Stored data
== Segment start ==

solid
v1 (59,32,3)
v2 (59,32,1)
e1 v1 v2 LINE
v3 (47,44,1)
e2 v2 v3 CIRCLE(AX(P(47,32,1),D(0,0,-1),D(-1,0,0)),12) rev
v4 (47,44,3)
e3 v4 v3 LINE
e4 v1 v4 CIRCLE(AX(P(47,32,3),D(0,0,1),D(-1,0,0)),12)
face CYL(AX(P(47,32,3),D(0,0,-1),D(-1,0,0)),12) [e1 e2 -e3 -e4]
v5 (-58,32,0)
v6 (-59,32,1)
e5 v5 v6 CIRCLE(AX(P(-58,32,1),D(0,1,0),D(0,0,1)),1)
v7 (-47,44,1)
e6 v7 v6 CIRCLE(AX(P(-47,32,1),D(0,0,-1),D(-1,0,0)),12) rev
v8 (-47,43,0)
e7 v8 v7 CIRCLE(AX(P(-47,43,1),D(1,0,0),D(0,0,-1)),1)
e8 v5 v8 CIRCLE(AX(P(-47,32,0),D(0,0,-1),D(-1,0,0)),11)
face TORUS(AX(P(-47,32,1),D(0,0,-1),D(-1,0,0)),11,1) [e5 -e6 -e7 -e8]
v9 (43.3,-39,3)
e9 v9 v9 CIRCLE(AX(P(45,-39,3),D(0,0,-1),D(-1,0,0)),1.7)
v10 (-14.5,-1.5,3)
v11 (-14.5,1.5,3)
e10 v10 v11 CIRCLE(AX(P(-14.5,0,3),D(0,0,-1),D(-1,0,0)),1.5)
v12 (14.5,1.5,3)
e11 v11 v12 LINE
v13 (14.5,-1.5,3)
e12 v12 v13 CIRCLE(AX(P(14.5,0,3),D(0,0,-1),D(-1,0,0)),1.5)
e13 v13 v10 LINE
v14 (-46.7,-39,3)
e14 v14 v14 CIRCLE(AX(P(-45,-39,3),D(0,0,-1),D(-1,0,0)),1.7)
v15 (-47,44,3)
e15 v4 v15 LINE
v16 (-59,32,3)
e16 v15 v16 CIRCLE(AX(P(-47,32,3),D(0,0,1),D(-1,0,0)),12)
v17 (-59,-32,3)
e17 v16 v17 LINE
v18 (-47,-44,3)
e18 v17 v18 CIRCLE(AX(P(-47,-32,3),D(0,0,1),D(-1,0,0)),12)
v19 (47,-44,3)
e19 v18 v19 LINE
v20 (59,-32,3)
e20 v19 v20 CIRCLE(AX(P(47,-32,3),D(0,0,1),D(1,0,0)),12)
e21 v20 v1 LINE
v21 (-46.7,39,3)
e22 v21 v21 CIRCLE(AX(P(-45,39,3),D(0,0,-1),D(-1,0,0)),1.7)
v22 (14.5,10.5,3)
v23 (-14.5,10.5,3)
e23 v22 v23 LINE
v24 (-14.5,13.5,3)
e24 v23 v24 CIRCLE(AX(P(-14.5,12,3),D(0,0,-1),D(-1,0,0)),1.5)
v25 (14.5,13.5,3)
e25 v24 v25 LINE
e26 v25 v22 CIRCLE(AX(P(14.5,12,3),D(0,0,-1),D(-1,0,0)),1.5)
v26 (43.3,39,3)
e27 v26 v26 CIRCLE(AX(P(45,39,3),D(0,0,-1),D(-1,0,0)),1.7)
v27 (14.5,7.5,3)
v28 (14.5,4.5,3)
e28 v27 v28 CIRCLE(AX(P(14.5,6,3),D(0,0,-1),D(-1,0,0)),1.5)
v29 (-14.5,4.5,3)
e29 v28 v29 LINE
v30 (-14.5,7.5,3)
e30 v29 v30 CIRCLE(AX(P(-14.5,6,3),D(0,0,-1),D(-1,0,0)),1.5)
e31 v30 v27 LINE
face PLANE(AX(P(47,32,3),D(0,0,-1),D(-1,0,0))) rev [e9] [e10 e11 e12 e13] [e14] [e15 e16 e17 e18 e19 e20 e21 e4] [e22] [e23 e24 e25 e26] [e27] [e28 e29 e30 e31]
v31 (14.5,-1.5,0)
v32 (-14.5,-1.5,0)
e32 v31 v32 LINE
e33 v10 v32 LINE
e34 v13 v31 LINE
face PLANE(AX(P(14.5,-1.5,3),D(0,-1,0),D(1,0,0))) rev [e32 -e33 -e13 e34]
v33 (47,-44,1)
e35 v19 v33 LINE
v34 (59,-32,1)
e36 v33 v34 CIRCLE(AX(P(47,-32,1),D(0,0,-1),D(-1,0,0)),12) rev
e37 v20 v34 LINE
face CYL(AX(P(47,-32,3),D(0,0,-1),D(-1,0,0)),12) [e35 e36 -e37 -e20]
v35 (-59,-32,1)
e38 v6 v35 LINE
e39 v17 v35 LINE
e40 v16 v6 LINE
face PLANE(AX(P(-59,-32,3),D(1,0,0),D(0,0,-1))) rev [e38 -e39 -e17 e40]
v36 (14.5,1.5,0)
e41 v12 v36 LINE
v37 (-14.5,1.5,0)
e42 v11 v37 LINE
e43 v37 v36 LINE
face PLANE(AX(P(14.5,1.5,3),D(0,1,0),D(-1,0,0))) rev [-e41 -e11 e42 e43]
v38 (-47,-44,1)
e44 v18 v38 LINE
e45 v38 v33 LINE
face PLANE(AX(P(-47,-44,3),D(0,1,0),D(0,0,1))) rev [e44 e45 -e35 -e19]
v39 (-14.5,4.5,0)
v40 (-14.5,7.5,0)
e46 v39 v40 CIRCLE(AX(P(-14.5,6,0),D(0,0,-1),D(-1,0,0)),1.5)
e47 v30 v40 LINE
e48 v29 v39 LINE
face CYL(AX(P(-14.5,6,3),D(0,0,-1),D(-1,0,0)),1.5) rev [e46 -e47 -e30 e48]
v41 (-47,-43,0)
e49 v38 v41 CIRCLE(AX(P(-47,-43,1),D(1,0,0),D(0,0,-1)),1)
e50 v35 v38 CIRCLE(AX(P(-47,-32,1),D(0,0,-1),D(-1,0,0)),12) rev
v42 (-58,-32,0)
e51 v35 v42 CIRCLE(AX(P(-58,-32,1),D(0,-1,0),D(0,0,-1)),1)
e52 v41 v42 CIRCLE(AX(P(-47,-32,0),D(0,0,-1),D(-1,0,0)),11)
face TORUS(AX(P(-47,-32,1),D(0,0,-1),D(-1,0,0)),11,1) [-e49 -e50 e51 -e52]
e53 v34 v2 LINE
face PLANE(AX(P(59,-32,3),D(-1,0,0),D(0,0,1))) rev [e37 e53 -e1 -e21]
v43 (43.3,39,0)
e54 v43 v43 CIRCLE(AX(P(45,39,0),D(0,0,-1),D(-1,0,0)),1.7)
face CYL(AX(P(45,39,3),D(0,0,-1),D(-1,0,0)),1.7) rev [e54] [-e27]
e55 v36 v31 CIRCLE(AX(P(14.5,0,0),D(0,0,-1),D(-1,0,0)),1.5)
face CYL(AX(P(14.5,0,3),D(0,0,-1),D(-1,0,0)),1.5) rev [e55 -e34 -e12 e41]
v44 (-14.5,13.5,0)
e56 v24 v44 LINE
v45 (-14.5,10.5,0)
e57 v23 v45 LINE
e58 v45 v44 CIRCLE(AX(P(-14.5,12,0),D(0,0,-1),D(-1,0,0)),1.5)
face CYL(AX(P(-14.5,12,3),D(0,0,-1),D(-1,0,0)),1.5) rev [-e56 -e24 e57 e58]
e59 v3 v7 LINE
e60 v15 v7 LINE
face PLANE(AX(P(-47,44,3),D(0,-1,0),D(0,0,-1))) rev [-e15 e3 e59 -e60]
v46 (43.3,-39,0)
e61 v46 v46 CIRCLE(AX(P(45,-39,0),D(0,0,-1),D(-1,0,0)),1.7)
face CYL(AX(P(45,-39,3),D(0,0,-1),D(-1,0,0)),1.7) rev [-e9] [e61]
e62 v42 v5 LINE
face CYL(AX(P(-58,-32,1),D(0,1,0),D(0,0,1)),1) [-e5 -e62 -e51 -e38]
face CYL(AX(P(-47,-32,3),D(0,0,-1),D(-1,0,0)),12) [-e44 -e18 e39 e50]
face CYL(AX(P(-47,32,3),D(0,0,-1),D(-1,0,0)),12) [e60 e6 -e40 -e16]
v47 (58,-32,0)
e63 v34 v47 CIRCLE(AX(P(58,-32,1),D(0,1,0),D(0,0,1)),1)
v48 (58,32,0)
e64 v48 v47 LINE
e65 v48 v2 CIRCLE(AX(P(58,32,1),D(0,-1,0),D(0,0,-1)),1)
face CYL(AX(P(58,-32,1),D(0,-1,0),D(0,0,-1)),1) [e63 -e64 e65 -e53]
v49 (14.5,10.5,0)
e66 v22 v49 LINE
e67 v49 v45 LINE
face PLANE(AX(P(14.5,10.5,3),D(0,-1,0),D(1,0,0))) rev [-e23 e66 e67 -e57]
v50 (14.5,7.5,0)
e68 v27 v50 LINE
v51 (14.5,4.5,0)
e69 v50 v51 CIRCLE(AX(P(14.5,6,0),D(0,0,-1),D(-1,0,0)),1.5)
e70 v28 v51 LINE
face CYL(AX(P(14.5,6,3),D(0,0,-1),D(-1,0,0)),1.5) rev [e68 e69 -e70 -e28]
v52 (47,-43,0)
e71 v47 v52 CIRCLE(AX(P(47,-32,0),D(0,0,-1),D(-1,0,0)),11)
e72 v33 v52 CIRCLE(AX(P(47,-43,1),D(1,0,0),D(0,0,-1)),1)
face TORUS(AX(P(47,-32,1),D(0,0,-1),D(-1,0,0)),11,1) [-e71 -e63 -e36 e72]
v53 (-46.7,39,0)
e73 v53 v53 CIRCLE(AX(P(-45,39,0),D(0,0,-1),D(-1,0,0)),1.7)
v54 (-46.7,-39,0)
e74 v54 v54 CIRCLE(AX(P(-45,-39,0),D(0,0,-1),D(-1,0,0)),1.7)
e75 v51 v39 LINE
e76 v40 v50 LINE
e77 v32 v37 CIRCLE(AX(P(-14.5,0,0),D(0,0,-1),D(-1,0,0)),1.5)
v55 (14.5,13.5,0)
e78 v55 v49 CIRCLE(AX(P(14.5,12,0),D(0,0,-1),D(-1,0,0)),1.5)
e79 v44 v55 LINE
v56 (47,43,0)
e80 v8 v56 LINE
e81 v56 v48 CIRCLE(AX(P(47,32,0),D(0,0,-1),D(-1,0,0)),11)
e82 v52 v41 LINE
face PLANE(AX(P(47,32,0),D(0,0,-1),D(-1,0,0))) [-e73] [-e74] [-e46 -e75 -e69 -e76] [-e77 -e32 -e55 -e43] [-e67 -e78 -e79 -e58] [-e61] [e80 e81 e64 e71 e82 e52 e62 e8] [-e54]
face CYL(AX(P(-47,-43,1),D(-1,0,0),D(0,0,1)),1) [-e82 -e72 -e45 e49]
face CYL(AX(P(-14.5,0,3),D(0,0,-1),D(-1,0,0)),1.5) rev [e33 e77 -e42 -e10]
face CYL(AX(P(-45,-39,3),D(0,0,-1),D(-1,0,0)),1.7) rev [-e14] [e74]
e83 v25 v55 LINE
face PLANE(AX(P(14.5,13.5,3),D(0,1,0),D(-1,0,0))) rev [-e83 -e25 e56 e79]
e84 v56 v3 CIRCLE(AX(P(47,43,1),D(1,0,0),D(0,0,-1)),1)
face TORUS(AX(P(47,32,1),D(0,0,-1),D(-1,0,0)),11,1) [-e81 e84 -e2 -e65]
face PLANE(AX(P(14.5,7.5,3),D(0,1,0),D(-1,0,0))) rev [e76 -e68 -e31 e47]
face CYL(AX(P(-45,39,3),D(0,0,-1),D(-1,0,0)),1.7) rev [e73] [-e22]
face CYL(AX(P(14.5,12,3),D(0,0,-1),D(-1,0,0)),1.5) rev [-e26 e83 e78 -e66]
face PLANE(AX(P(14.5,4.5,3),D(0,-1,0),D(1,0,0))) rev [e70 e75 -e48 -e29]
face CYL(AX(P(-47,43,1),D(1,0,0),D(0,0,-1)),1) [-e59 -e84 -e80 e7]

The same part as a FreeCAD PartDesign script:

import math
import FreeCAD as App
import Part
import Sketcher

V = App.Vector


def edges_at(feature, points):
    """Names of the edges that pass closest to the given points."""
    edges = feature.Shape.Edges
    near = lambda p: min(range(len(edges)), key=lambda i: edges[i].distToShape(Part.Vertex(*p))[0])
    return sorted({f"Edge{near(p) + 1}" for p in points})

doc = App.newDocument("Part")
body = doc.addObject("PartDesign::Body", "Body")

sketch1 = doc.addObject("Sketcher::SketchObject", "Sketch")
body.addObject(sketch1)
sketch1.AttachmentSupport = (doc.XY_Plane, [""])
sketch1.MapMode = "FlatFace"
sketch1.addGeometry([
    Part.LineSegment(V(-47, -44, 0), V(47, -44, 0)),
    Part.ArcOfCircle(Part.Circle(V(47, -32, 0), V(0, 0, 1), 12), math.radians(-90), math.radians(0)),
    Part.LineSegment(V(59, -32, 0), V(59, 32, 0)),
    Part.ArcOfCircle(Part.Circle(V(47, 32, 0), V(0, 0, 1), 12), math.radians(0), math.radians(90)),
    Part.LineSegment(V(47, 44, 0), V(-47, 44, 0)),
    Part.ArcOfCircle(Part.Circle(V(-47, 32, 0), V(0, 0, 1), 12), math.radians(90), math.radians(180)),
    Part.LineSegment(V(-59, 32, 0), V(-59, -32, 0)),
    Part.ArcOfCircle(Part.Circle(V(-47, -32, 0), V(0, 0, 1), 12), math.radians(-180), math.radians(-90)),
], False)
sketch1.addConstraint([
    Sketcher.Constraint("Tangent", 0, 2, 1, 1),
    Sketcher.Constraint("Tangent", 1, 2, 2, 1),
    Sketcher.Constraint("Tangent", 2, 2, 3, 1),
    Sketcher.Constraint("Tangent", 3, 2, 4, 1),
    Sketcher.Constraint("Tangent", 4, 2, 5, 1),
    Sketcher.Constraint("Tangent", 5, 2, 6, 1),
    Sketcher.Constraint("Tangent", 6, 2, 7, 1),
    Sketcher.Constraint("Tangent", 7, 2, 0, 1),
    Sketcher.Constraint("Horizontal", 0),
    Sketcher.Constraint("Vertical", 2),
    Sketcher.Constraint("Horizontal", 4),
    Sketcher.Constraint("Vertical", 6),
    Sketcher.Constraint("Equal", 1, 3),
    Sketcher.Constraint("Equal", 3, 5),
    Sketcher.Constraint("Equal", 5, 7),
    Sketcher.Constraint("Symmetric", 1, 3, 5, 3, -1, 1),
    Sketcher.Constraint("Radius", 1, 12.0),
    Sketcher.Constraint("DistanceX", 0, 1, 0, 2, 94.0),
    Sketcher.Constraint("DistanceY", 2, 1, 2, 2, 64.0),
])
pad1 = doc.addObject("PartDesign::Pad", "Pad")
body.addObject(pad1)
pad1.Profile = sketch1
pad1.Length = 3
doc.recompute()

== Segment end ==

# Task item
Set every line down again exactly. Begin with the first line of the entries and finish with the line containing "e29 v28 v29 LINE".

# Solution to the problem
solid
v1 (59,32,3)
v2 (59,32,1)
e1 v1 v2 LINE
v3 (47,44,1)
e2 v2 v3 CIRCLE(AX(P(47,32,1),D(0,0,-1),D(-1,0,0)),12) rev
v4 (47,44,3)
e3 v4 v3 LINE
e4 v1 v4 CIRCLE(AX(P(47,32,3),D(0,0,1),D(-1,0,0)),12)
face CYL(AX(P(47,32,3),D(0,0,-1),D(-1,0,0)),12) [e1 e2 -e3 -e4]
v5 (-58,32,0)
v6 (-59,32,1)
e5 v5 v6 CIRCLE(AX(P(-58,32,1),D(0,1,0),D(0,0,1)),1)
v7 (-47,44,1)
e6 v7 v6 CIRCLE(AX(P(-47,32,1),D(0,0,-1),D(-1,0,0)),12) rev
v8 (-47,43,0)
e7 v8 v7 CIRCLE(AX(P(-47,43,1),D(1,0,0),D(0,0,-1)),1)
e8 v5 v8 CIRCLE(AX(P(-47,32,0),D(0,0,-1),D(-1,0,0)),11)
face TORUS(AX(P(-47,32,1),D(0,0,-1),D(-1,0,0)),11,1) [e5 -e6 -e7 -e8]
v9 (43.3,-39,3)
e9 v9 v9 CIRCLE(AX(P(45,-39,3),D(0,0,-1),D(-1,0,0)),1.7)
v10 (-14.5,-1.5,3)
v11 (-14.5,1.5,3)
e10 v10 v11 CIRCLE(AX(P(-14.5,0,3),D(0,0,-1),D(-1,0,0)),1.5)
v12 (14.5,1.5,3)
e11 v11 v12 LINE
v13 (14.5,-1.5,3)
e12 v12 v13 CIRCLE(AX(P(14.5,0,3),D(0,0,-1),D(-1,0,0)),1.5)
e13 v13 v10 LINE
v14 (-46.7,-39,3)
e14 v14 v14 CIRCLE(AX(P(-45,-39,3),D(0,0,-1),D(-1,0,0)),1.7)
v15 (-47,44,3)
e15 v4 v15 LINE
v16 (-59,32,3)
e16 v15 v16 CIRCLE(AX(P(-47,32,3),D(0,0,1),D(-1,0,0)),12)
v17 (-59,-32,3)
e17 v16 v17 LINE
v18 (-47,-44,3)
e18 v17 v18 CIRCLE(AX(P(-47,-32,3),D(0,0,1),D(-1,0,0)),12)
v19 (47,-44,3)
e19 v18 v19 LINE
v20 (59,-32,3)
e20 v19 v20 CIRCLE(AX(P(47,-32,3),D(0,0,1),D(1,0,0)),12)
e21 v20 v1 LINE
v21 (-46.7,39,3)
e22 v21 v21 CIRCLE(AX(P(-45,39,3),D(0,0,-1),D(-1,0,0)),1.7)
v22 (14.5,10.5,3)
v23 (-14.5,10.5,3)
e23 v22 v23 LINE
v24 (-14.5,13.5,3)
e24 v23 v24 CIRCLE(AX(P(-14.5,12,3),D(0,0,-1),D(-1,0,0)),1.5)
v25 (14.5,13.5,3)
e25 v24 v25 LINE
e26 v25 v22 CIRCLE(AX(P(14.5,12,3),D(0,0,-1),D(-1,0,0)),1.5)
v26 (43.3,39,3)
e27 v26 v26 CIRCLE(AX(P(45,39,3),D(0,0,-1),D(-1,0,0)),1.7)
v27 (14.5,7.5,3)
v28 (14.5,4.5,3)
e28 v27 v28 CIRCLE(AX(P(14.5,6,3),D(0,0,-1),D(-1,0,0)),1.5)
v29 (-14.5,4.5,3)
e29 v28 v29 LINE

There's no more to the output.